I’m in the middle of book three of the Lords of the Underworld series by Gena Showalter, The Darkest Pleasure. This is Reyes’ book, and he is host to the demon of Pain. This guy has a serious issue with cutting, a disorder I’ve never understood, although it seems to be the preferred method of self-destructive behavior for American Millennials. These poor souls, like Reyes, seem compelled to inflict pain on themselves. Without it, apparently, they don’t feel alive. How terrible to be so desperate to feel—something, anything— that the sting of the knife in one’s flesh is the only available relief. In the book, Reyes’ demon exhorts him to administer pain, emotional and/or physical, either to himself or others. I’ve written several posts on the human tendency to avoid pain at all costs—even the cost of perpetual numbness. But what about the other side of that coin-—the pursuit of pain at any cost?
I don’t understand this affinity for affliction. But it is quite prevalent in many guises throughout society. We pursue pain in our athletic activities, our professional lives and in games of one-up-man-ship with friends, family and strangers on planes, trains and automobiles. We wear our pain as badges of honor, and some of us base our whole identities on our painful experiences both past and present. As I started to think about it, the pursuit of pain seemed almost as universal as its avoidance. Clearly, Gena Showalter has tapped into a universal truth in her depiction of Reyes and his demon. Who knew?
I think we’ve been told to “feel the burn” since the days of Jane Fonda and Richard Simmons (if you have no idea what I’m talking about, Google “sweating to the oldies” and make me feel old—just don’t tell me about it). In every exercise class I’ve ever taken, I’ve been told, “No pain, no gain.” So we look for pain, and we wish for pain, and we revel when we feel it. How twisted is that? I’m pretty sure new research has come out that repudiates the “pain is good” theory of exercise, but many continue to seek discomfort in pursuit of bulging muscles. Which seems highly stupid to me; pain is our body’s way of telling us that something is wrong and that we should stop what we’re doing, not double down on the activity. But that’s not how we roll, now, is it? Burn, baby, burn.

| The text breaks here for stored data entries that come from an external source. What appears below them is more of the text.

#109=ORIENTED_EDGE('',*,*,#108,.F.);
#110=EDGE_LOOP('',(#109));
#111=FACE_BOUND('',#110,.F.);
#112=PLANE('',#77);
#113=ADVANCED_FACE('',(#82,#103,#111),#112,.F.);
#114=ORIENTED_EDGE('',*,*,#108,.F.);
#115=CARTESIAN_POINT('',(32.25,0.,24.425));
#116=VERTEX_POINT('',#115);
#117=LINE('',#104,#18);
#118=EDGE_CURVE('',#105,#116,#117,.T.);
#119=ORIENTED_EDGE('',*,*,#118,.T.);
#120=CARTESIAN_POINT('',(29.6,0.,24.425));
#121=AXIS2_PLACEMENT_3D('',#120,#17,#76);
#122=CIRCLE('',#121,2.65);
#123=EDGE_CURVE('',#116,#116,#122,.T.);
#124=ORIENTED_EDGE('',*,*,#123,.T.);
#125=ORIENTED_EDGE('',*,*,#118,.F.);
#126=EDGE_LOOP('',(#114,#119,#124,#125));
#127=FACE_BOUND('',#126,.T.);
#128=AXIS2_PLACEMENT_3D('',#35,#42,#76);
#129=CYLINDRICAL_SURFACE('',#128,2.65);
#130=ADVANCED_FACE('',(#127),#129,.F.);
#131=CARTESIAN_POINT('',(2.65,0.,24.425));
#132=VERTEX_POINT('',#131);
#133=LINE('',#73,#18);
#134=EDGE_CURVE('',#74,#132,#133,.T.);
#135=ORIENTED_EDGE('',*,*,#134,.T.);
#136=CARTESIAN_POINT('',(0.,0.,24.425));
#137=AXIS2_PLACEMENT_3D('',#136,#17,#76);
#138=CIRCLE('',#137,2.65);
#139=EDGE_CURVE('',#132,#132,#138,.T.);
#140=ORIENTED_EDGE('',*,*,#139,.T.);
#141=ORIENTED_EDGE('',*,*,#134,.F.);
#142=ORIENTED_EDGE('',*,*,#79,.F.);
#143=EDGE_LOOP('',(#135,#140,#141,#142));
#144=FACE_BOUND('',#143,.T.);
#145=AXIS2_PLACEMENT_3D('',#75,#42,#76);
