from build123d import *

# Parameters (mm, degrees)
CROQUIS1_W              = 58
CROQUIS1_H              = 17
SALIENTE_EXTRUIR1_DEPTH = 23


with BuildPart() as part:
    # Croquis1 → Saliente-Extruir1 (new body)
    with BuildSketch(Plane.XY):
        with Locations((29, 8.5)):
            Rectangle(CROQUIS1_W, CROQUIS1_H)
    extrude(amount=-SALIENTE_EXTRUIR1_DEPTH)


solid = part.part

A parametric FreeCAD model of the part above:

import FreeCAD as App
import Part
import Sketcher
from FreeCAD import Vector


def add_polygon(sketch, points):
    """Adds a closed chain of lines whose ends are joined by coincident constraints."""
    first, n = sketch.GeometryCount, len(points)
    for a, b in zip(points, points[1:] + points[:1]):
        sketch.addGeometry(Part.LineSegment(App.Vector(*a, 0), App.Vector(*b, 0)), False)
    for i in range(n):
        sketch.addConstraint(Sketcher.Constraint("Coincident", first + i, 2, first + (i + 1) % n, 1))

doc = App.newDocument("Part")
params = doc.addObject("Spreadsheet::Sheet", "Params")
for row, (alias, value) in enumerate([
    ("sketch1_width", "58 mm"),
    ("sketch1_height", "17 mm"),
    ("pad1_length", "23 mm"),
], start=1):
    params.set(f"A{row}", alias)
    params.set(f"B{row}", "=" + value)
    params.setAlias(f"B{row}", alias)

body = doc.addObject("PartDesign::Body", "Body")

sketch1 = body.newObject("Sketcher::SketchObject", "Sketch")
sketch1.AttachmentSupport = (doc.getObject("XY_Plane"), [""])
sketch1.MapMode = "FlatFace"
add_polygon(sketch1, [(0, 17), (0, 0), (58, 0), (58, 17)])
sketch1.addConstraint([
    Sketcher.Constraint("Vertical", 0),
    Sketcher.Constraint("Horizontal", 1),
    Sketcher.Constraint("Vertical", 2),
    Sketcher.Constraint("Horizontal", 3),
    Sketcher.Constraint("Coincident", 0, 2, -1, 1),
    Sketcher.Constraint("DistanceX", 1, 1, 1, 2, 58.0),
    Sketcher.Constraint("DistanceY", 0, 2, 0, 1, 17.0),
])
sketch1.setExpression("Constraints[9]", "Params.sketch1_width")
sketch1.setExpression("Constraints[10]", "Params.sketch1_height")
pad1 = body.newObject("PartDesign::Pad", "Pad")
pad1.Profile = sketch1
pad1.setExpression("Length", "Params.pad1_length")
pad1.Reversed = True

doc.recompute()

And what about pain in our professional lives? Here on the East Coast, in cities like New York and Washington, DC, the more pain we endure in our work, the better workers we are. Here, only sissies work an eight-hour day. Twelve is the bare minimum to be considered a good employee. And for those twelve hours of cubicle hell, we don’t need no stinking overtime. Overtime is overrated. We’re nobody until somebody notices that we get in before anyone else and we leave after everyone goes. Then, and only then, are we considered big league material. And the pathetic part is that we mostly inflict this stupidity on ourselves. We admire the idiots who’ve never heard of work/life balance, and we’re sure the world will end if we’re not putting in more time than Charles Manson is serving. Crazy. In the real world, if you can’t get your work done in an eight-hour day, you’re not very good at your job. We should be judged on quality, not quantity.
And what about those of us who delight in cataloguing our aches and pains in loving detail? We can go to websites for “my arthritis”, “my migraines”, “my cancer”, and “my diabetes.” I don’t want that shit. But so many of us are invested in our illnesses and injuries. We pay more attention to our pain than to our pleasure. To the point where our pain becomes our pleasure, and not in a cool BDSM kind of way like we’re living in one of Cherise Sinclair’s Masters of the Shadowlands books. Nope. We’ve just learned to love pain, crave it, even, so that it becomes that measure by which we validate our lives, just like poor Reyes. And like Reyes, we’ve stopped resisting so that we embrace the pain and give it a loving home. And how twisted is that? As twisted das a severely arthritic hand, I guess.
I just don’t get it. If it hurts, stop doing it, fix it, or run the hell away from it. I saw a graphic on Facebook (talk about pain—but that is another topic entirely) that said that women should pursue men who make their lipstick run, not their mascara—love it!). We should not accept pain, even though, as the Buddha said, pain is inevitable. But it is not eternal, because nothing is. Further, while pain may be inevitable, suffering is not. We don’t need to build whole identities around pain. We could, and here’s a novel idea, build our identities around fighting our pain, and not making a home for it. The question for me is this: if we’re not housing the Pain demon, like Reyes, why are we so happy to accommodate all of the pain in our lives. So, let’s let learn from Reyes and let go of whatever pain we can and seek out the pleasures that this life offers us lest we end up hosting Pain for an eternity.